見出し画像

退職します②-地域と認知症-

楽しく生きる

ムーさんを初めて見たときの印象は【厳つい奴】でした。身長185cm位あり、坊主頭で色黒。
自分より5つ歳上の彼は、元々障害者福祉の分野で働いていたそうで、高齢者の介護現場で働くのは初めて。ケアマネ兼介護職として入社してきました。

5つ歳上とはいえ、スタッフは割と年配の方や女性が多かったこともあり、歳の近い男性スタッフ同士、仲良くなるのにそこまで時間は掛からなかったですね。

で、仲良くなってくると職場に対する不満や想いを話す機会が多くなり。まぁ職場は安定のブラック企業なんで幾らでも愚痴は出ますが(笑)
どっちかっていうと高齢者福祉・介護の世界に対しての話が多かったかな?

障害者福祉で働いていた彼にとっては、介護サービスの柔軟性の無さや、認知症の方に対する扱い、その他諸々疑問だらけだったそうで。
自分は介護の経験が無く全く未知の世界でしたが、働いてみて変に感じる事は多々ありました。
「将来自分が介護が必要になったとき、介護サービスを使いたいと思えない」
自分が働いている施設に、自分自身が入りたくないっておかしいっすよね。

そんな話をしてからだったかは覚えてないですが、ムーさんとレクリエーションを始めとした企画を立て、実行しました。
当時完成したばかりのスカイツリーに皆で行ったり、プラネタリウム見たりと、色々やりましたね。

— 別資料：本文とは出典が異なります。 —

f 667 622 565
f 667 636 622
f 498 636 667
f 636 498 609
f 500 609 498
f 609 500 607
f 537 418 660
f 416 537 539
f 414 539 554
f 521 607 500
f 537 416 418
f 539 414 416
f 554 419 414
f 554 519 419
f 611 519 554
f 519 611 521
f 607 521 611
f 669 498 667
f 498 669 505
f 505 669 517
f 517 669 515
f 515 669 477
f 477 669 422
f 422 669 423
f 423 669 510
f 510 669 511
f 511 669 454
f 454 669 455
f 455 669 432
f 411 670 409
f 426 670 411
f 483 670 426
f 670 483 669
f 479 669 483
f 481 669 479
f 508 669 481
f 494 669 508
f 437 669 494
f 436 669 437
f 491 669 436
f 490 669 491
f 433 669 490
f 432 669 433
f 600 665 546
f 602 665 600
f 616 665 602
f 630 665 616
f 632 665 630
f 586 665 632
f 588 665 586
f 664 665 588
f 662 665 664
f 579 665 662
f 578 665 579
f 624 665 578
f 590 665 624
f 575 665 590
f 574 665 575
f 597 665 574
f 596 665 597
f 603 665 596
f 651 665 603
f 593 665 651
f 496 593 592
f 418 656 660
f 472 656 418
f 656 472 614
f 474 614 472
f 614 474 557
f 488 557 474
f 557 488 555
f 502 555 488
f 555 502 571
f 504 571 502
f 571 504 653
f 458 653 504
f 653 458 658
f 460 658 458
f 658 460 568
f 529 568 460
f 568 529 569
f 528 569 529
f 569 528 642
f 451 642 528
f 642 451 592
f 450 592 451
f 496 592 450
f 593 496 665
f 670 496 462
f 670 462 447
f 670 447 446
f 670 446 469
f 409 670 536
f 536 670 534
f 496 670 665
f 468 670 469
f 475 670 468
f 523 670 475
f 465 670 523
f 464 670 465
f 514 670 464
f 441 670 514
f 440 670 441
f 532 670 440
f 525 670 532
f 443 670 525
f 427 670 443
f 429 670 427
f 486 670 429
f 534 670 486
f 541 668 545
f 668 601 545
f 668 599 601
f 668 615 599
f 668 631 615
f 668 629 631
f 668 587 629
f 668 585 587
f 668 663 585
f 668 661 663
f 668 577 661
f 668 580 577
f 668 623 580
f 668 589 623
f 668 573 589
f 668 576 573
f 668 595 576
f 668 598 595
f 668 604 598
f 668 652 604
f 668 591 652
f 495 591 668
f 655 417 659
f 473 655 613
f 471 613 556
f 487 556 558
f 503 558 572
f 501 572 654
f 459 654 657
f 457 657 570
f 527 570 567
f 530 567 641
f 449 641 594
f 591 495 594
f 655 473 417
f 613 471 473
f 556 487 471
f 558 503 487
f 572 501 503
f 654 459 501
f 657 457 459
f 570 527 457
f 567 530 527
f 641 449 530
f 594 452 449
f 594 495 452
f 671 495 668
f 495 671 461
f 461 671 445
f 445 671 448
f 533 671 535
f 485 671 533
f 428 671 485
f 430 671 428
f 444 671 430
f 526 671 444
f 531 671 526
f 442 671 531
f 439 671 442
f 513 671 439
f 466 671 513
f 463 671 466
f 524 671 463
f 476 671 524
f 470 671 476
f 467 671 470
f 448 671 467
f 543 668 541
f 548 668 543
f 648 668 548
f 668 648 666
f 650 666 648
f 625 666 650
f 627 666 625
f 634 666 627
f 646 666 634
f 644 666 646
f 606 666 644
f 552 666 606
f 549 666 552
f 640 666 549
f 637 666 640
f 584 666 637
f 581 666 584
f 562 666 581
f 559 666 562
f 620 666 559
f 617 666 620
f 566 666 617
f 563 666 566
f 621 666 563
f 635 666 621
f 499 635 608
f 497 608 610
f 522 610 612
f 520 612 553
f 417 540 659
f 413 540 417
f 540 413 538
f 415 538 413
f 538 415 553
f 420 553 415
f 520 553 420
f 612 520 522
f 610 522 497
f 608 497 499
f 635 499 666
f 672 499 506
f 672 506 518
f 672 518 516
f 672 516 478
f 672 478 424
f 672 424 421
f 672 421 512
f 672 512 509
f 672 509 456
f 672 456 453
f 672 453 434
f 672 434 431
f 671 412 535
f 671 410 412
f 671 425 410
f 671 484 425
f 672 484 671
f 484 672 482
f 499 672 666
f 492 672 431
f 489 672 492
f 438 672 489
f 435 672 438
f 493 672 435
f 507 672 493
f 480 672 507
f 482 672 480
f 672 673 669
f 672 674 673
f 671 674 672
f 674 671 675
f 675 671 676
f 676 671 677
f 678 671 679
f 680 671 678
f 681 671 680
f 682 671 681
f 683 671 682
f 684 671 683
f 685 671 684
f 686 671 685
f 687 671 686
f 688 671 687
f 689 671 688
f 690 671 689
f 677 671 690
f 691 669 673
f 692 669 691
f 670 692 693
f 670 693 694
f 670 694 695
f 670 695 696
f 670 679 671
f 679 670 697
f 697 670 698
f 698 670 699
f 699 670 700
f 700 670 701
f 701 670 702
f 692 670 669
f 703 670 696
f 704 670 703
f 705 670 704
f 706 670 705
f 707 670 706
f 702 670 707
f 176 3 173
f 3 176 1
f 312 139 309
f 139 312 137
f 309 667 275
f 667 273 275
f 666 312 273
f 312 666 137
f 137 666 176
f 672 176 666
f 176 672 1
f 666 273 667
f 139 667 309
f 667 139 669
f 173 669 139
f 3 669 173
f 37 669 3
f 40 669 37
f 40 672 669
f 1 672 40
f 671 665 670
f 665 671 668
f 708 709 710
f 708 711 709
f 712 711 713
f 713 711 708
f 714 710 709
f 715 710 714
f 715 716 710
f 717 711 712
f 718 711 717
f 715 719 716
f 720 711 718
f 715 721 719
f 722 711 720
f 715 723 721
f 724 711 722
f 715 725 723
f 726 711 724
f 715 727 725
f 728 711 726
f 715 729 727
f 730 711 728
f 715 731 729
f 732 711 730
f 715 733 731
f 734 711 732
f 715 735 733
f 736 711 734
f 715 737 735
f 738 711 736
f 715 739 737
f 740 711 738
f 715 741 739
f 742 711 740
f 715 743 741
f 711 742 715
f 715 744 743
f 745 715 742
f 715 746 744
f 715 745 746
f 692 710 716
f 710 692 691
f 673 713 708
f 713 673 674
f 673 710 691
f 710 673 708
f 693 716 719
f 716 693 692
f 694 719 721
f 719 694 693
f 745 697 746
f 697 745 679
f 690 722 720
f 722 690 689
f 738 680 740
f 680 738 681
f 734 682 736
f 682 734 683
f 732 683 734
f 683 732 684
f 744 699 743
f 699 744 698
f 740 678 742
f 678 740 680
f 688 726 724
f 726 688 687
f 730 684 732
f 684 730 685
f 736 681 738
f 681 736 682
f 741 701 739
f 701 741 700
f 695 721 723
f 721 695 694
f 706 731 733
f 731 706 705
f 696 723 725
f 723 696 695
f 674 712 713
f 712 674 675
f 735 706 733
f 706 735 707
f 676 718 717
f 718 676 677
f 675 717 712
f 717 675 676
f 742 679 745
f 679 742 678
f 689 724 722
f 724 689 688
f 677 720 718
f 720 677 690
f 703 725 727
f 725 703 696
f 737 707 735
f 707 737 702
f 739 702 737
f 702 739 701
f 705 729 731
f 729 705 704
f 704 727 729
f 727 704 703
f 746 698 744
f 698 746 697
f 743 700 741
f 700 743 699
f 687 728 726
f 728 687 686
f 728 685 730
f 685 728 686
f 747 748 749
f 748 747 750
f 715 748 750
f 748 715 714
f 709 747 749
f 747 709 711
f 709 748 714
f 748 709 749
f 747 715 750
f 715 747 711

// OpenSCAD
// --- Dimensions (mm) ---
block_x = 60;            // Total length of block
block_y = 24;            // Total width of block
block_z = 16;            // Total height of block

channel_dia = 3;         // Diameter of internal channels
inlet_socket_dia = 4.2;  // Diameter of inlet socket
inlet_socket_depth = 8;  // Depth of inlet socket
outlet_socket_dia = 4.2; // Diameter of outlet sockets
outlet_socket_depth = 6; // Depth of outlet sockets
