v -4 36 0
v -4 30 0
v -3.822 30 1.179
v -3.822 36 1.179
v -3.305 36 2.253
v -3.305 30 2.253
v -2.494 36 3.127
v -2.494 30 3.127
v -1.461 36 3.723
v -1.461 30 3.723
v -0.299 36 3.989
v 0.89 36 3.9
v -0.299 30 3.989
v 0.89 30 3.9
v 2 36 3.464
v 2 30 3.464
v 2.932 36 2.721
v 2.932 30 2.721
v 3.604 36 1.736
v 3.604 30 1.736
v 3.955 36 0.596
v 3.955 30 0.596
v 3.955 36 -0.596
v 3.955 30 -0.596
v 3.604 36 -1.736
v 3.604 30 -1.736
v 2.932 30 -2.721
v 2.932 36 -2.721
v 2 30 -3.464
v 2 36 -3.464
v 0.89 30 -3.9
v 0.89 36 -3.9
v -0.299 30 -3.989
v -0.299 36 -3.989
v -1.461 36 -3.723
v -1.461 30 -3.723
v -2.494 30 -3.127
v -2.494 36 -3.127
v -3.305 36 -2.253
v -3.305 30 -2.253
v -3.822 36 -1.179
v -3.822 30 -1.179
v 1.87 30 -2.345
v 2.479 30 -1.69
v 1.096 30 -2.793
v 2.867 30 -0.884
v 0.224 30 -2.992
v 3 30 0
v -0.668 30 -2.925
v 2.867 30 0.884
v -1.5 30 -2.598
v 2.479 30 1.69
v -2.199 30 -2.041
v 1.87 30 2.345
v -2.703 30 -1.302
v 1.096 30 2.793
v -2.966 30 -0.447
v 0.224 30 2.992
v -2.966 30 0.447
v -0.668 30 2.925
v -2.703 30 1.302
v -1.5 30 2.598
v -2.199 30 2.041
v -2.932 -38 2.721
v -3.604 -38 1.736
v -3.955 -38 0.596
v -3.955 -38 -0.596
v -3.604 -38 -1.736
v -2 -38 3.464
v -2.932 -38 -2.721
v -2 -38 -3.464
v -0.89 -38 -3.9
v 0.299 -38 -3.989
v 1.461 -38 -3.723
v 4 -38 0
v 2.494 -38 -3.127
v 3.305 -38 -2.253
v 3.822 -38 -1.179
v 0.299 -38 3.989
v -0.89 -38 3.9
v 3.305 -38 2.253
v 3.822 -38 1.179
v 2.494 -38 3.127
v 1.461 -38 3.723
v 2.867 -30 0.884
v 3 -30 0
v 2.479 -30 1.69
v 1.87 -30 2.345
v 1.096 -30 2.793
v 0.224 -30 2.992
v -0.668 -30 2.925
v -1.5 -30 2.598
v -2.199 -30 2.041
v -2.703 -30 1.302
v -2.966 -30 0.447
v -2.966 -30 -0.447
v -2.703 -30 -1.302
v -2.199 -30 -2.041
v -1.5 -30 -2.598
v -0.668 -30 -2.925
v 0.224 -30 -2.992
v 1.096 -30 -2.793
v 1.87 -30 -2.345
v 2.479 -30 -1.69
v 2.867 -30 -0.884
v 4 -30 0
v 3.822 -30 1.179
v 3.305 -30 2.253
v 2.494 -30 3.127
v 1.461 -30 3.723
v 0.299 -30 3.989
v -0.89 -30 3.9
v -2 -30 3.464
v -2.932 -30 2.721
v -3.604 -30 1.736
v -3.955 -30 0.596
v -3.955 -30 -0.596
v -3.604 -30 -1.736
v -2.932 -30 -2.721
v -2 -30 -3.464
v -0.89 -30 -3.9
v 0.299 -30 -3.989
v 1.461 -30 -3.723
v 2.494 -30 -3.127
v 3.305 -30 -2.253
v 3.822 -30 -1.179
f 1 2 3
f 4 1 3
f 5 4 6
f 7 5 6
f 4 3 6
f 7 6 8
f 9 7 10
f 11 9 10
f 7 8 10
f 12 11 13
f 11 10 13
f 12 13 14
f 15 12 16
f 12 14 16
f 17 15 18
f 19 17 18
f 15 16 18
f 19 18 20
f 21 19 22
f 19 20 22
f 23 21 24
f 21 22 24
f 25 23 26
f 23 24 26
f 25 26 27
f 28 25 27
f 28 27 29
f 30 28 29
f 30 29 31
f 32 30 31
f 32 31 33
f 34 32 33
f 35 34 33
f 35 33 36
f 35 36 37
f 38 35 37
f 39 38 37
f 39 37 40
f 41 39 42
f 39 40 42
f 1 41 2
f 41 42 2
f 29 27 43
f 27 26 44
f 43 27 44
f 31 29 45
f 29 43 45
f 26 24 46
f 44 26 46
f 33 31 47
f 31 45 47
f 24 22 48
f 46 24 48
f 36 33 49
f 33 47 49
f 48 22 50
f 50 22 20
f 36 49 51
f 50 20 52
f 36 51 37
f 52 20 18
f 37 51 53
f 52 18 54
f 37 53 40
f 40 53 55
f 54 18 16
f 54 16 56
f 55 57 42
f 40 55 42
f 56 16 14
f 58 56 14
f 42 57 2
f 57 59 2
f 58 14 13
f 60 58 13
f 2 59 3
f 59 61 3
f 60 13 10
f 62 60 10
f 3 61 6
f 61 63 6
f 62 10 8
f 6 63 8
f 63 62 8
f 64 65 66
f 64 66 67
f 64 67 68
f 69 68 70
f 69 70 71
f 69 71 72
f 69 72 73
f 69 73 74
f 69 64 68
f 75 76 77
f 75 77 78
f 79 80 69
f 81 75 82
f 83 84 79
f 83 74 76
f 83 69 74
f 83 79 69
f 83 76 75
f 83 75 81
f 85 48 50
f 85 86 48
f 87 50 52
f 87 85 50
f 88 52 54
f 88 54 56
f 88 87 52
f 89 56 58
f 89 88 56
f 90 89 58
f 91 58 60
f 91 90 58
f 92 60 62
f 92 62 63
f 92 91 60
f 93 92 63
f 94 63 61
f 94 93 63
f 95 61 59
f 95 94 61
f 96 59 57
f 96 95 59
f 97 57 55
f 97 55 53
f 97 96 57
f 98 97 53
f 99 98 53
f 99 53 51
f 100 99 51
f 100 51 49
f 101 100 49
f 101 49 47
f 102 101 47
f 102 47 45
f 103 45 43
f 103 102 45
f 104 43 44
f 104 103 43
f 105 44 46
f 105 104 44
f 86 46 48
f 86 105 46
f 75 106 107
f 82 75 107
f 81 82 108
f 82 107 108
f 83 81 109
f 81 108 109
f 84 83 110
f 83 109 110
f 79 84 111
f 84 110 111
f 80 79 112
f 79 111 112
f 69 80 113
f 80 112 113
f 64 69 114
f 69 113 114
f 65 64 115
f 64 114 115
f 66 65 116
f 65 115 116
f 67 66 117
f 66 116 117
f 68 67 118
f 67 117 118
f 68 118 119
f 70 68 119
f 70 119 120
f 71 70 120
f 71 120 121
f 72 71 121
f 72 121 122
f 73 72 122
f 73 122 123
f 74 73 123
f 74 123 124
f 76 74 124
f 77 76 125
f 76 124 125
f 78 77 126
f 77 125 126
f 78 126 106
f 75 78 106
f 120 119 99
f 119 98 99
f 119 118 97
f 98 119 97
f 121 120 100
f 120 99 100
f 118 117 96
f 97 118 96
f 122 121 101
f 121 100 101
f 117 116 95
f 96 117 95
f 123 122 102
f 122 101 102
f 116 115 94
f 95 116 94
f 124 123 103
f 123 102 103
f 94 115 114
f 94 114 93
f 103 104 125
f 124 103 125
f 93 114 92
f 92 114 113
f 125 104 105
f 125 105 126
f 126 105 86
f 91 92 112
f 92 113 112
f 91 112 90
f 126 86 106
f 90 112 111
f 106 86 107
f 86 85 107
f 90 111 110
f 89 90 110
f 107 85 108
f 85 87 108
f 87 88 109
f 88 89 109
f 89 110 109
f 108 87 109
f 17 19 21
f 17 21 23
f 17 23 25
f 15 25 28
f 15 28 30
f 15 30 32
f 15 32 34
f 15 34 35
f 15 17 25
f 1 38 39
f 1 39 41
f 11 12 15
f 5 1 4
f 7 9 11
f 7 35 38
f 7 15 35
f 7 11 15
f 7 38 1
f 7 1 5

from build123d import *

# Parameters (mm, degrees)
F0_R     = 3
F1_DEPTH = 30
F3_R     = 4
F3_R_2   = 3
F4_DEPTH = 6
F2_R     = 4
F2_R_2   = 3
F5_DEPTH = 8


with BuildPart() as f1:
    # F0 (on Front) → F1 (new body, symmetric)
    with BuildSketch(Plane.XZ):
        Circle(F0_R)
    extrude(amount=F1_DEPTH, both=True)

    # F3 (on face) → F4 (join)
    with BuildSketch(Plane(origin=(0, 30, 0), x_dir=(-1, 0, 0), z_dir=(0, 1, 0))):
        Circle(F3_R)
        Circle(F3_R_2, mode=Mode.SUBTRACT)
        Circle(F3_R_2)
    extrude(amount=F4_DEPTH)

    # F2 (on face) → F5 (join)
    with BuildSketch(Plane.XZ.offset(30)):
        Circle(F2_R)
        Circle(F2_R_2, mode=Mode.SUBTRACT)
        Circle(F2_R_2)
    extrude(amount=F5_DEPTH)


solid = f1.part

高齢者だから、認知症だからとか関係無く、皆が行きたいとこに行く。利用者もスタッフも楽しめるように。

まぁ若い2人なんで、割とめちゃくちゃな事や計画性の無さで周りに迷惑を掛けたこともありましたね。その尻拭いは毎回ガタキチに任せてました。

自分とムーさんが何かやる→ガタキチが後片付けするみたいな図式(笑)
ガタキチすまん!

迷惑かけまくってる(現在進行形)ガタキチは、社交的ってタイプでは無いけど、人と仲良くなるのが上手い。
事業所は商店街の中にあるんですが、商店の人とかご近所さんと仲良くなるんですよね。業務に関係ないような店でも。
【地域創り】なんて社会福祉士の勉強で出てきますが、それを知識無しで出来る、まさに天然ソーシャルワーカーですね。ガタキチが地域の人と仲が良いおかげで助かった事例は数知れず。

「認知症であろうが関係ない。地域で楽しく生きる」
そんな事をこの頃に学んだ…ってか、この日々が自分の福祉の核になったように思ってます。

さらばムーさん

そんな日々が続いた2015年の秋。介護福祉士を取り、それなりに介護の経験を積んだ時期。
ムーさんが退職すると言い出しまして。理由としては法人に嫌気が差してってとこが大きいようでした。給料低いし、上層部は事業所のことは放置ですし。家庭を持っている身からすりゃ、こんなとこで何時迄も働く理由なんてないですもんね。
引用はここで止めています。